ESGR Framework — One Page Reference
A concise, normative entry point to the ESGR Framework For readers who need clarity without reading the full specification.
What ESGR Is
ESGR (Emotion–Stress–Gut–Resilience) is a non-medical reference framework for designing and interpreting human state systems.
It defines how subjective experience, objective pressure, biological regulation, and recovery capacity interact to determine whether a human system can sustainably recover under stress.
ESGR does not describe how a person feels. It describes whether recovery remains structurally possible.
What ESGR Is Not
ESGR is not:
- A diagnostic model
- A treatment or therapy protocol
- A promise of improvement
- A performance optimization system
It does not predict outcomes, cure conditions, or replace medical or psychological care.

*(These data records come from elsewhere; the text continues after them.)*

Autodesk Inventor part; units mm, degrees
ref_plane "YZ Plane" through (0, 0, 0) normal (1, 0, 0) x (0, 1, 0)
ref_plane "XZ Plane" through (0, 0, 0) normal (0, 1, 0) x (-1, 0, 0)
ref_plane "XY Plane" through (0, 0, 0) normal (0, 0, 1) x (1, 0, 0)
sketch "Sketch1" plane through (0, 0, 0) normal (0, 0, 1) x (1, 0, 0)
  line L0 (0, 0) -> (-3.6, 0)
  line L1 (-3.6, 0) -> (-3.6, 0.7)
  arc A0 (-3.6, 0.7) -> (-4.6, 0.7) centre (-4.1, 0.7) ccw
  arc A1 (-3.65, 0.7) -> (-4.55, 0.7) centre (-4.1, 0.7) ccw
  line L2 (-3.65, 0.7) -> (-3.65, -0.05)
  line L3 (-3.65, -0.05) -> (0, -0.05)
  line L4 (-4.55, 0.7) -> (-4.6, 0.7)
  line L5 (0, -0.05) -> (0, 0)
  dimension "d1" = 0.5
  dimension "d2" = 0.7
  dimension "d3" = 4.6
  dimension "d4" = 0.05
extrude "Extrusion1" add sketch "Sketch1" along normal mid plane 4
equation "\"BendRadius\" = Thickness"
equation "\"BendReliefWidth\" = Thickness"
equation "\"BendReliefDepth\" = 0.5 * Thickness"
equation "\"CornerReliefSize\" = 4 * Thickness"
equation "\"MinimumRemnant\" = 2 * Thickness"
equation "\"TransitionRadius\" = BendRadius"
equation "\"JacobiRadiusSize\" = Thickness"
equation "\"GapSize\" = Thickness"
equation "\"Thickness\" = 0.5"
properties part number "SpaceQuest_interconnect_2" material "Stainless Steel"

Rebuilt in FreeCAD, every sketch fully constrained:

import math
import FreeCAD as App
import Part
import Sketcher
from FreeCAD import Vector

doc = App.newDocument("Part")
params = doc.addObject("Spreadsheet::Sheet", "Params")
for row, (alias, value) in enumerate([
    ("sketch1_radius", "0.5 mm"),
    ("sketch1_height", "0.7 mm"),
    ("sketch1_width", "0.05 mm"),
    ("pad1_length", "4 mm"),
], start=1):
    params.set(f"A{row}", alias)
    params.set(f"B{row}", "=" + value)
    params.setAlias(f"B{row}", alias)

body = doc.addObject("PartDesign::Body", "Body")

sketch1 = body.newObject("Sketcher::SketchObject", "Sketch")
sketch1.AttachmentSupport = (doc.getObject("XY_Plane"), [""])
sketch1.MapMode = "FlatFace"
sketch1.addGeometry([
    Part.LineSegment(Vector(0, -0.05, 0), Vector(0, 0, 0)),
    Part.LineSegment(Vector(0, 0, 0), Vector(-3.6, 0, 0)),
    Part.LineSegment(Vector(-3.6, 0, 0), Vector(-3.6, 0.7, 0)),
    Part.ArcOfCircle(Part.Circle(Vector(-4.1, 0.7, 0), Vector(0, 0, 1), 0.5), math.radians(0), math.radians(180)),
    Part.LineSegment(Vector(-4.6, 0.7, 0), Vector(-4.55, 0.7, 0)),
    Part.ArcOfCircle(Part.Circle(Vector(-4.1, 0.7, 0), Vector(0, 0, 1), 0.45), math.radians(0), math.radians(180)),
    Part.LineSegment(Vector(-3.65, 0.7, 0), Vector(-3.65, -0.05, 0)),
    Part.LineSegment(Vector(-3.65, -0.05, 0), Vector(0, -0.05, 0)),
], False)
sketch1.addConstraint([
    Sketcher.Constraint("Coincident", 0, 2, 1, 1),
    Sketcher.Constraint("Coincident", 1, 2, 2, 1),
    Sketcher.Constraint("Tangent", 2, 2, 3, 1),
    Sketcher.Constraint("Coincident", 3, 2, 4, 1),
    Sketcher.Constraint("Coincident", 4, 2, 5, 2),
    Sketcher.Constraint("Tangent", 5, 1, 6, 1),
    Sketcher.Constraint("Coincident", 6, 2, 7, 1),
    Sketcher.Constraint("Coincident", 7, 2, 0, 1),
    Sketcher.Constraint("Vertical", 0),
    Sketcher.Constraint("Horizontal", 1),
    Sketcher.Constraint("Vertical", 2),
    Sketcher.Constraint("Horizontal", 4),
    Sketcher.Constraint("Vertical", 6),
    Sketcher.Constraint("Horizontal", 7),
    Sketcher.Constraint("Coincident", 0, 2, -1, 1),
    Sketcher.Constraint("Coincident", 5, 3, 3, 3),
    Sketcher.Constraint("Horizontal", 2, 2, 3, 2),
    Sketcher.Constraint("Equal", 4, 0),
    Sketcher.Constraint("Radius", 3, 0.5),
    Sketcher.Constraint("DistanceY", 2, 1, 2, 2, 0.7),
    Sketcher.Constraint("DistanceX", 4, 1, 4, 2, 0.05),
    Sketcher.Constraint("DistanceX", 3, 2, -1, 1, 4.6),
])
sketch1.setExpression("Constraints[18]", "Params.sketch1_radius")
sketch1.setExpression("Constraints[19]", "Params.sketch1_height")
sketch1.setExpression("Constraints[20]", "Params.sketch1_width")
pad1 = body.newObject("PartDesign::Pad", "Pad")
pad1.Profile = sketch1
pad1.setExpression("Length", "Params.pad1_length")
pad1.Midplane = True

doc.recompute()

The ESGR Axis (Minimal Complete Set)
ESGR is composed of four dimensions:
- Emotion — subjective emotional experience and cognitive load
- Stress — objective physiological and behavioral pressure load
- Gut — gut–brain regulation as a biological modulation layer
- Resilience — the nervous system's capacity to recover after stress
These dimensions form a dynamic axis, not a causal chain.

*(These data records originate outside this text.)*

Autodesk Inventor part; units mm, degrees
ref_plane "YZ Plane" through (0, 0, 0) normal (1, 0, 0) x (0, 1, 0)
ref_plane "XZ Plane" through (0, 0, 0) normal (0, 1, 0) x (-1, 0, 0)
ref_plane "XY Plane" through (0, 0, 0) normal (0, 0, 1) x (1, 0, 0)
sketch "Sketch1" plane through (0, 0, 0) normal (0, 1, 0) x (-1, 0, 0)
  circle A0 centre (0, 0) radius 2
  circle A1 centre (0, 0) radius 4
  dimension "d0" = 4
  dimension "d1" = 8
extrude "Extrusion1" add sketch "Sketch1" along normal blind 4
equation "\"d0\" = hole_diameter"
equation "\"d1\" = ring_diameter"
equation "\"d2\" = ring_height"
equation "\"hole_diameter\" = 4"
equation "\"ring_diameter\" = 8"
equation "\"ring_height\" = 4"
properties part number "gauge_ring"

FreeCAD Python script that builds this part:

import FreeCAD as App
import Part
import Sketcher

V = App.Vector

doc = App.newDocument("Part")
body = doc.addObject("PartDesign::Body", "Body")

# Sketch on XZ plane
sketch1 = body.newObject("Sketcher::SketchObject", "Sketch")
sketch1.AttachmentSupport = (doc.getObject("XZ_Plane"), [""])
sketch1.MapMode = "FlatFace"
sketch1.addGeometry([
    Part.Circle(V(0, 0, 0), V(0, 0, 1), 4),
    Part.Circle(V(0, 0, 0), V(0, 0, 1), 2),
], False)
sketch1.addConstraint([
    Sketcher.Constraint("Coincident", 0, 3, -1, 1),
    Sketcher.Constraint("Coincident", 1, 3, -1, 1),
    Sketcher.Constraint("Diameter", 0, 8.0),
    Sketcher.Constraint("Diameter", 1, 4.0),
])
pad1 = body.newObject("PartDesign::Pad", "Pad")
pad1.Profile = sketch1
pad1.Length = 4
pad1.Reversed = True

doc.recompute()
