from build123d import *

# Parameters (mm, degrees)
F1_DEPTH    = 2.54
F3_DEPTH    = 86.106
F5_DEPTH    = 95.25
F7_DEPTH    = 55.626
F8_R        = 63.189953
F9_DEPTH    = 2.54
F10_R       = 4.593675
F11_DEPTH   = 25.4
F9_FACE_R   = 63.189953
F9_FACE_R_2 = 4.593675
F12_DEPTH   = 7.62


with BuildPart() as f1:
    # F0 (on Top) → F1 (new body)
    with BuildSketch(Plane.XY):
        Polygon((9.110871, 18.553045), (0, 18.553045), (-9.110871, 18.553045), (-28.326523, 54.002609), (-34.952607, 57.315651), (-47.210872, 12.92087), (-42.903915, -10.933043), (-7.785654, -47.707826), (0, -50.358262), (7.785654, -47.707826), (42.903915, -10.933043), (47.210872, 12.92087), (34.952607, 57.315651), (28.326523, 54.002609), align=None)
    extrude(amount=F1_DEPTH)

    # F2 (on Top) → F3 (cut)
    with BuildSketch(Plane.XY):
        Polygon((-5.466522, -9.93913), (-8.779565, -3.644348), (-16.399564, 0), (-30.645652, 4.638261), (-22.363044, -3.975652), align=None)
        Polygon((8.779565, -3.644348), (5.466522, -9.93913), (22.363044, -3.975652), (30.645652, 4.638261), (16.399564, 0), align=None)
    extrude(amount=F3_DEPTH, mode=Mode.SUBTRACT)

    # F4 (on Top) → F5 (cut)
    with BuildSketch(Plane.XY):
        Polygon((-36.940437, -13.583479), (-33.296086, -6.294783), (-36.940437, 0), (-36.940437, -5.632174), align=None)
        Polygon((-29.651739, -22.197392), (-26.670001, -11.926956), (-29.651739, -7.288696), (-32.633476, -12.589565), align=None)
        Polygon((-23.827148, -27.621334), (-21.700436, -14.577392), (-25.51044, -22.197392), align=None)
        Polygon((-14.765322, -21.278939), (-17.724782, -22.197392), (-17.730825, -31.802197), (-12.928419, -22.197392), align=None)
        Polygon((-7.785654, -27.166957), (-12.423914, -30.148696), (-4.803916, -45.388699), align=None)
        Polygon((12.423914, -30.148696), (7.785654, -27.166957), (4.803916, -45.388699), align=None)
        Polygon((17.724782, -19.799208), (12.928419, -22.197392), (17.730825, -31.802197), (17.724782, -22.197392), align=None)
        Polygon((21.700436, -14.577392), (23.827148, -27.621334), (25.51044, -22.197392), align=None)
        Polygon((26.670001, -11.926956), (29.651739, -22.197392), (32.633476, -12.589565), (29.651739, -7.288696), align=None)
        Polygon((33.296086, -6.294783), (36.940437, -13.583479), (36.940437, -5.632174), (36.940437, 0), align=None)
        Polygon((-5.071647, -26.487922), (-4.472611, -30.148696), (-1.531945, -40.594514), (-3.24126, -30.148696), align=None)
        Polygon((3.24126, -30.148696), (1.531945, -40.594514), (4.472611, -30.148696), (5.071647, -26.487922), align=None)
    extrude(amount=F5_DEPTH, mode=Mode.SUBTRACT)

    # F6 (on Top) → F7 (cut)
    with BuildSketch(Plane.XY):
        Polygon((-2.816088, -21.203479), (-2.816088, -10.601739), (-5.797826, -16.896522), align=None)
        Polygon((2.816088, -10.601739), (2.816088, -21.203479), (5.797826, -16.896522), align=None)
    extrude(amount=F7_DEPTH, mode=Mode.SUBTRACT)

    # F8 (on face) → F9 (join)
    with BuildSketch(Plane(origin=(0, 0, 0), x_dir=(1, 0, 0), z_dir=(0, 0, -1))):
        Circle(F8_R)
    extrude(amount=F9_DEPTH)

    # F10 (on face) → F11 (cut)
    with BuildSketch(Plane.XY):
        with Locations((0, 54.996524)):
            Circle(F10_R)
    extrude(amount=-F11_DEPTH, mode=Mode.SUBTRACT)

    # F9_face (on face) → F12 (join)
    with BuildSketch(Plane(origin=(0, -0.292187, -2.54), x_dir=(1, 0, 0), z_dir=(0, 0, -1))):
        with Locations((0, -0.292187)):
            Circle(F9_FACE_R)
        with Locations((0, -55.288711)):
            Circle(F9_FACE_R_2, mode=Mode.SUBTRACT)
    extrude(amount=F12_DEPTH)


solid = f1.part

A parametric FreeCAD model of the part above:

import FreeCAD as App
import Part
import Sketcher

V = App.Vector
Q = App.Units.Quantity


def add_polygon(sketch, points):
    """Adds a closed chain of lines whose ends are joined by coincident constraints."""
    first, n = sketch.GeometryCount, len(points)
    for a, b in zip(points, points[1:] + points[:1]):
        sketch.addGeometry(Part.LineSegment(App.Vector(*a, 0), App.Vector(*b, 0)), False)
    for i in range(n):
        sketch.addConstraint(Sketcher.Constraint("Coincident", first + i, 2, first + (i + 1) % n, 1))

doc = App.newDocument("Part")
body = doc.addObject("PartDesign::Body", "Body")

# Sketch on XY plane
sketch1 = doc.addObject("Sketcher::SketchObject", "Sketch")
body.addObject(sketch1)
sketch1.AttachmentSupport = (doc.XY_Plane, [""])
sketch1.MapMode = "FlatFace"
add_polygon(sketch1, [(9, 19), (-9, 19), (-28, 54), (-35, 57), (-47, 13), (-43, -11), (-8, -48), (0, -50), (8, -48), (43, -11), (47, 13), (35, 57), (28, 54)])  # lines 0-12
sketch1.addConstraint([
    Sketcher.Constraint("Horizontal", 0),
    Sketcher.Constraint("Symmetric", 5, 2, 7, 2, -2),
    Sketcher.Constraint("Symmetric", 4, 2, 8, 2, -2),
    Sketcher.Constraint("Symmetric", 3, 2, 9, 2, -2),
    Sketcher.Constraint("Symmetric", 2, 2, 10, 2, -2),
    Sketcher.Constraint("Symmetric", 1, 2, 11, 2, -2),
    Sketcher.Constraint("PointOnObject", 6, 2, -2),
    Sketcher.Constraint("Equal", 1, 12),
    Sketcher.Constraint("DistanceX", 3, 2, 0, 2, Q("1.5 in")),
    Sketcher.Constraint("DistanceX", 0, 2, 0, 1, Q("18.221742 mm")),
    Sketcher.Constraint("Distance", 1, Q("40.32261 mm")),
    Sketcher.Constraint("Distance", 3, Q("46.056071 mm")),
    Sketcher.Constraint("Distance", 5, Q("50.849552 mm")),
    Sketcher.Constraint("Distance", 6, Q("8.224428 mm")),
    Sketcher.Constraint("DistanceY", -1, 1, 1, 2, Q("54.002609 mm")),
    Sketcher.Constraint("DistanceY", -1, 1, 2, 2, Q("57.315651 mm")),
    Sketcher.Constraint("DistanceY", -1, 1, 3, 2, Q("12.92087 mm")),
    Sketcher.Constraint("DistanceX", 3, 2, 1, 2, Q("18.884349 mm")),
    Sketcher.Constraint("DistanceY", 4, 2, 0, 2, Q("29.486088 mm")),
    Sketcher.Constraint("DistanceX", 4, 2, 1, 2, Q("14.577392 mm")),
    Sketcher.Constraint("DistanceX", 4, 2, 5, 2, Q("35.118261 mm")),
])
pad1 = doc.addObject("PartDesign::Pad", "Pad")
body.addObject(pad1)
pad1.Profile = sketch1
pad1.Length = Q("0.1 in")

Removing any dimension creates blind spots. Adding more dimensions increases redundancy and misuse risk.
Core System Constructs
ESGR-aligned systems operate using four core constructs:
- ERI (Emotion–Resilience Index) — long-term structural recovery capacity
- Stress Load — cumulative demand and consumption
- Recovery Capacity — current allowance for recovery
- DSI (Stress Signal Index) — short-term boundary signal
These constructs:
- Are state variables, not outcomes
- Do not stand alone
- Must not be used to promise results
The Four-Layer System Model
All ESGR-aligned systems must separate responsibility across four layers:
- Data Layer — signal ingestion without interpretation
- State Evaluation Layer — conservative assessment of conditions
- Interpretation Layer — human-readable, non-causal explanation
- Action Boundary Layer — determines whether any action is appropriate
No layer may collapse into another.
Responsibility Principles
ESGR Framework enforces strict responsibility boundaries:
- Systems observe and classify — they do not improve or heal
- Interpretation must preserve uncertainty
- Support variables may assist conditions, never guarantee outcomes
- Users and context own uncontrollable variables
Refusal, degradation, and silence are valid system behaviors.

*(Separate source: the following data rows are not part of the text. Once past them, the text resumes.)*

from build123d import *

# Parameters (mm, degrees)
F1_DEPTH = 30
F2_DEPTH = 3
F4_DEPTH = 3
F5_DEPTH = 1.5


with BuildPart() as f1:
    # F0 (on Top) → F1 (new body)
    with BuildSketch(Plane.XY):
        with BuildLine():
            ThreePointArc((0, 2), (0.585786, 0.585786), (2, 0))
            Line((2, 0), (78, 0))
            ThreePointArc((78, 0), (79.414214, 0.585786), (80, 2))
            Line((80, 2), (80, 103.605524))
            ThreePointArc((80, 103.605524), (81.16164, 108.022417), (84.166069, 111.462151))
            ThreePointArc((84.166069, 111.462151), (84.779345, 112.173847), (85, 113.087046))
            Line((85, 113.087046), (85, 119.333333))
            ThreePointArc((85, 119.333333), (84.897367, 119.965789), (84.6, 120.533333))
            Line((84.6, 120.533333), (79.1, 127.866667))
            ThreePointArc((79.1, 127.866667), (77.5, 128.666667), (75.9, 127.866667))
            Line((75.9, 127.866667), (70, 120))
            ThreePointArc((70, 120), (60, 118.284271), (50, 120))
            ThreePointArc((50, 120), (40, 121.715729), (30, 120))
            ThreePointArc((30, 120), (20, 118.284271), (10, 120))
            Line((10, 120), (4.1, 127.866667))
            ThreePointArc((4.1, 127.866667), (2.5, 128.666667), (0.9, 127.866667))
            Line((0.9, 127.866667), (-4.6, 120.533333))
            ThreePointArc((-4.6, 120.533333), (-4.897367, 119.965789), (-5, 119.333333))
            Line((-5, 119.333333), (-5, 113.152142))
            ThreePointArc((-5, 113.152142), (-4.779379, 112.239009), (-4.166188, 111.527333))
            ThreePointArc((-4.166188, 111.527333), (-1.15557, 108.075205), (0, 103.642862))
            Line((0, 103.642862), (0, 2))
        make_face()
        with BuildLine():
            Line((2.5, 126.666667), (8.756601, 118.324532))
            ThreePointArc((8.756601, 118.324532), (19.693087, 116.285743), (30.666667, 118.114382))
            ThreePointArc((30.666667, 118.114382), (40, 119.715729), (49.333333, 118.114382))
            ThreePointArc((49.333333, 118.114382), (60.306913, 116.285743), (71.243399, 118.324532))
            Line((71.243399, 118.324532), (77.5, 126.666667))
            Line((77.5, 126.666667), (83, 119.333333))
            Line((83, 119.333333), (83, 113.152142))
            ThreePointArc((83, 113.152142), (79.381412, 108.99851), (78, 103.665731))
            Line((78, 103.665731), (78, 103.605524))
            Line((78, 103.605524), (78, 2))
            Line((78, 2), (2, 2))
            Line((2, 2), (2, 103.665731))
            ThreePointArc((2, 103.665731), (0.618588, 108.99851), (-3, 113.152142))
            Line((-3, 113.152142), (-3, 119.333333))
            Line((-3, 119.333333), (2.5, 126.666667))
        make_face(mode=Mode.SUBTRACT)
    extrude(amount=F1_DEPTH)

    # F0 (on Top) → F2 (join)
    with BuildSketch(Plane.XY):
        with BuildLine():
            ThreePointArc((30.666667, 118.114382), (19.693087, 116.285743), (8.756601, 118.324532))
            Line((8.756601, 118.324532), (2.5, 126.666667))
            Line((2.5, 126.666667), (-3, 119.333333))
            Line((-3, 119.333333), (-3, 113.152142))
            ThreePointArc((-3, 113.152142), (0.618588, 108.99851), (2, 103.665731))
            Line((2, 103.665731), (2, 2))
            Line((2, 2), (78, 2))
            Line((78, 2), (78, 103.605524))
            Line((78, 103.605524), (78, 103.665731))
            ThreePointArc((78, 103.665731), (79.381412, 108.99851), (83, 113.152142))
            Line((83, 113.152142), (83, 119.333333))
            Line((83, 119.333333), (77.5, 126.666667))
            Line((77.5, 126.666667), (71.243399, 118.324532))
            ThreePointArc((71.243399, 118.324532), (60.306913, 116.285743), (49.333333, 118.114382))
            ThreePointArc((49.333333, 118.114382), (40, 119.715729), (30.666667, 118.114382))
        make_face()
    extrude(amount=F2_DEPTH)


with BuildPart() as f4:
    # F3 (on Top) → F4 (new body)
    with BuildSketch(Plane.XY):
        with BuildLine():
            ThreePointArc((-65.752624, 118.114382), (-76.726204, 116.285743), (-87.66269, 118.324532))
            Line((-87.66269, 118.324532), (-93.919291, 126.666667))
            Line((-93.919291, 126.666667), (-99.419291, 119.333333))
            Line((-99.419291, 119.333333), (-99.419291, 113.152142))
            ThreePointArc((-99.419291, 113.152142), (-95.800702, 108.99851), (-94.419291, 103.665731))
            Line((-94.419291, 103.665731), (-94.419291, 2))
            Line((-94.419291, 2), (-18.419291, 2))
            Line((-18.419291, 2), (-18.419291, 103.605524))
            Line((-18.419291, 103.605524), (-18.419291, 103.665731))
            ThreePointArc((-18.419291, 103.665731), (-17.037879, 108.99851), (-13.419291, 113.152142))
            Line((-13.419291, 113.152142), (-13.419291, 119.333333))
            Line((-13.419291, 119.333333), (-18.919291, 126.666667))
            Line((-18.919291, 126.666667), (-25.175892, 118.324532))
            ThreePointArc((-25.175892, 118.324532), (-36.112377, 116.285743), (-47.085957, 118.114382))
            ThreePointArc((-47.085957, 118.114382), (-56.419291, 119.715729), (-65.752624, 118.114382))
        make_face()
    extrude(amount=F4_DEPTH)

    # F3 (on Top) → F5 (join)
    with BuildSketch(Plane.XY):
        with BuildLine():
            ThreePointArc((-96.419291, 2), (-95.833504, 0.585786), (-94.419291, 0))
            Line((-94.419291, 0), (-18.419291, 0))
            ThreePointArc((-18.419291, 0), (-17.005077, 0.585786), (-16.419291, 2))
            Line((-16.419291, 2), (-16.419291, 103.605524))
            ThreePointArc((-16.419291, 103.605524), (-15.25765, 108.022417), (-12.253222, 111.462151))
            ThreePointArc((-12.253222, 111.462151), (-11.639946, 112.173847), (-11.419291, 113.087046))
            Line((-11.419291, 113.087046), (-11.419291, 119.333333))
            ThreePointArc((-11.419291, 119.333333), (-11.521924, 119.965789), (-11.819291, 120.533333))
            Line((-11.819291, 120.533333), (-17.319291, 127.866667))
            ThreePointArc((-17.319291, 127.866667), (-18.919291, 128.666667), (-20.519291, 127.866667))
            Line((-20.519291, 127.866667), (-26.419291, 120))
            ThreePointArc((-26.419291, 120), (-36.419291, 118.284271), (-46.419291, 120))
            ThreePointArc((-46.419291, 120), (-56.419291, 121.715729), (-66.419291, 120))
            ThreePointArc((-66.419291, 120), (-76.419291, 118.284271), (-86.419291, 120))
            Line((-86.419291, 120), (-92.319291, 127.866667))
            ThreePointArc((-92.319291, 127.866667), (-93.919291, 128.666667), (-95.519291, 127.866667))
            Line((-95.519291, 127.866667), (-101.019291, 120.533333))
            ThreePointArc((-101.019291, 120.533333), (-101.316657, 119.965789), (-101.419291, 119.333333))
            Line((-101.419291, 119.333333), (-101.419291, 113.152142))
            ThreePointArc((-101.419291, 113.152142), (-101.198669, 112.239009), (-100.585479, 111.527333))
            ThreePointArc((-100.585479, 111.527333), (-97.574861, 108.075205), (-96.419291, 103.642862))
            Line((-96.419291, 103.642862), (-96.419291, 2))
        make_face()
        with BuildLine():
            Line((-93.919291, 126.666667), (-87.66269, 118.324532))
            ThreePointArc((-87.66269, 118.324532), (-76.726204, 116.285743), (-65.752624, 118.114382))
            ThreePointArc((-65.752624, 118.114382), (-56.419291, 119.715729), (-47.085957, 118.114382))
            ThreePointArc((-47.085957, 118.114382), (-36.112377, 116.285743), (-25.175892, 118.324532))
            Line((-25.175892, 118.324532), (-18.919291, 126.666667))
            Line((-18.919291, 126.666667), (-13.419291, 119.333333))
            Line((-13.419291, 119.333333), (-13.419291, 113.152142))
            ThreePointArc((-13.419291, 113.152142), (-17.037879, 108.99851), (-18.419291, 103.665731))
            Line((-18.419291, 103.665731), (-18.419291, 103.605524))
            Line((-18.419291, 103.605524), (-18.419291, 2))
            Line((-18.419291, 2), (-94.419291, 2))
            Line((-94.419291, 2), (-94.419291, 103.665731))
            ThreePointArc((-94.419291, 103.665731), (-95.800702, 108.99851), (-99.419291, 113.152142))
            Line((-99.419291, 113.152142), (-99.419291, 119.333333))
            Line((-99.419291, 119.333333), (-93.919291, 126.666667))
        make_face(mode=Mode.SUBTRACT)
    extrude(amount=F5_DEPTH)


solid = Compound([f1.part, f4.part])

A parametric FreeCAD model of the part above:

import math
import FreeCAD as App
import Part
import Sketcher

V = App.Vector

doc = App.newDocument("Part")
body = doc.addObject("PartDesign::Body", "Body")

sketch1 = body.newObject("Sketcher::SketchObject", "Sketch")
sketch1.AttachmentSupport = (doc.getObject("XY_Plane"), [""])
sketch1.MapMode = "FlatFace"
sketch1.addGeometry(Part.ArcOfCircle(Part.Circle(V(1.999999, 1.999999, 0), V(0, 0, 1), 1.999999), math.radians(179.999957), math.radians(270.000043)), False)
sketch1.addGeometry(Part.LineSegment(V(2, 0, 0), V(78, 0, 0)), False)
sketch1.addGeometry(Part.ArcOfCircle(Part.Circle(V(78.000001, 1.999999, 0), V(0, 0, 1), 1.999999), math.radians(-90.000043), math.radians(0.000043)), False)
sketch1.addGeometry(Part.LineSegment(V(80, 2, 0), V(80, 103.605524, 0)), False)
sketch1.addGeometry(Part.ArcOfCircle(Part.Circle(V(89.996412, 103.337676, 0), V(0, 0, 1), 10), math.radians(125.664244), math.radians(178.46516)), False)
sketch1.addGeometry(Part.ArcOfCircle(Part.Circle(V(83.000001, 113.087045, 0), V(0, 0, 1), 1.999999), math.radians(-54.335762), math.radians(0.000026)), False)
sketch1.addGeometry(Part.LineSegment(V(85, 113.087046, 0), V(85, 119.333333, 0)), False)
sketch1.addGeometry(Part.ArcOfCircle(Part.Circle(V(83.00001, 119.333336, 0), V(0, 0, 1), 1.99999), math.radians(-0.000094), math.radians(36.869991)), False)
sketch1.addGeometry(Part.LineSegment(V(84.6, 120.533333, 0), V(79.1, 127.866667, 0)), False)
sketch1.addGeometry(Part.ArcOfCircle(Part.Circle(V(77.5, 126.666667, 0), V(0, 0, 1), 2), math.radians(36.869898), math.radians(143.130102)), False)
sketch1.addGeometry(Part.LineSegment(V(75.9, 127.866667, 0), V(70, 120, 0)), False)
sketch1.addGeometry(Part.ArcOfCircle(Part.Circle(V(60, 148.284267, 0), V(0, 0, 1), 29.999996), math.radians(-109.471223), math.radians(-70.528777)), False)
sketch1.addGeometry(Part.ArcOfCircle(Part.Circle(V(40, 91.715733, 0), V(0, 0, 1), 29.999996), math.radians(70.528777), math.radians(109.471223)), False)
sketch1.addGeometry(Part.ArcOfCircle(Part.Circle(V(20, 148.284267, 0), V(0, 0, 1), 29.999996), math.radians(-109.471223), math.radians(-70.528777)), False)
sketch1.addGeometry(Part.LineSegment(V(10, 120, 0), V(4.1, 127.866667, 0)), False)
sketch1.addGeometry(Part.ArcOfCircle(Part.Circle(V(2.5, 126.666667, 0), V(0, 0, 1), 2), math.radians(36.869898), math.radians(143.130102)), False)
sketch1.addGeometry(Part.LineSegment(V(0.9, 127.866667, 0), V(-4.6, 120.533333, 0)), False)
sketch1.addGeometry(Part.ArcOfCircle(Part.Circle(V(-3.00001, 119.333336, 0), V(0, 0, 1), 1.99999), math.radians(143.130009), math.radians(180.000094)), False)
sketch1.addGeometry(Part.LineSegment(V(-5, 119.333333, 0), V(-5, 113.152142, 0)), False)
sketch1.addGeometry(Part.ArcOfCircle(Part.Circle(V(-3.000004, 113.15214, 0), V(0, 0, 1), 1.999996), math.radians(179.999946), math.radians(234.331612)), False)
sketch1.addGeometry(Part.ArcOfCircle(Part.Circle(V(-9.997132, 103.403286, 0), V(0, 0, 1), 10.000003), math.radians(1.3728), math.radians(54.331527)), False)
sketch1.addGeometry(Part.LineSegment(V(0, 103.642862, 0), V(0, 2, 0)), False)
sketch1.addGeometry(Part.LineSegment(V(-3, 119.333333, 0), V(2.5, 126.666667, 0)), False)
sketch1.addGeometry(Part.LineSegment(V(2.5, 126.666667, 0), V(8.756601, 118.324532, 0)), False)
sketch1.addGeometry(Part.ArcOfCircle(Part.Circle(V(20, 148.28427, 0), V(0, 0, 1), 31.999999), math.radians(-110.570291), math.radians(-70.528778)), False)
sketch1.addGeometry(Part.ArcOfCircle(Part.Circle(V(40, 91.715734, 0), V(0, 0, 1), 27.999995), math.radians(70.528777), math.radians(109.471223)), False)
sketch1.addGeometry(Part.ArcOfCircle(Part.Circle(V(60, 148.28427, 0), V(0, 0, 1), 31.999999), math.radians(-109.471222), math.radians(-69.429709)), False)
sketch1.addGeometry(Part.LineSegment(V(71.243399, 118.324532, 0), V(77.5, 126.666667, 0)), False)
sketch1.addGeometry(Part.LineSegment(V(77.5, 126.666667, 0), V(83, 119.333333, 0)), False)
sketch1.addGeometry(Part.LineSegment(V(83, 119.333333, 0), V(83, 113.152142, 0)), False)
sketch1.addGeometry(Part.ArcOfCircle(Part.Circle(V(89.997135, 103.403284, 0), V(0, 0, 1), 12.000005), math.radians(125.668477), math.radians(178.746809)), False)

What ESGR-Compliant Systems Must Never Do
An ESGR-aligned system must never:
- Promise individual improvement
- Predict clinical outcomes
- Imply diagnosis or treatment
- Transfer uncertainty into user blame
A system that violates these rules is non-compliant with ESGR Framework.
Why ESGR Exists
Human state systems fail when they:
- Collapse complexity into scores
- Confuse observation with intervention
- Optimize for reassurance rather than sustainability
ESGR exists to define responsible limits — not maximal capability.
How to Use This Framework
- As a design reference for stress, recovery, and wellbeing systems
- As an evaluation lens for product claims and risk
- As a shared language between engineers, designers, and reviewers
ESGR Framework is independent, non-commercial, and non-medical.
Closing Statement
A system becomes responsible not when it claims more, but when it clearly defines what it will not claim.
This is the purpose of ESGR Framework.
Cite This Page
ESGR Framework. "One Page Reference." Version 1.0.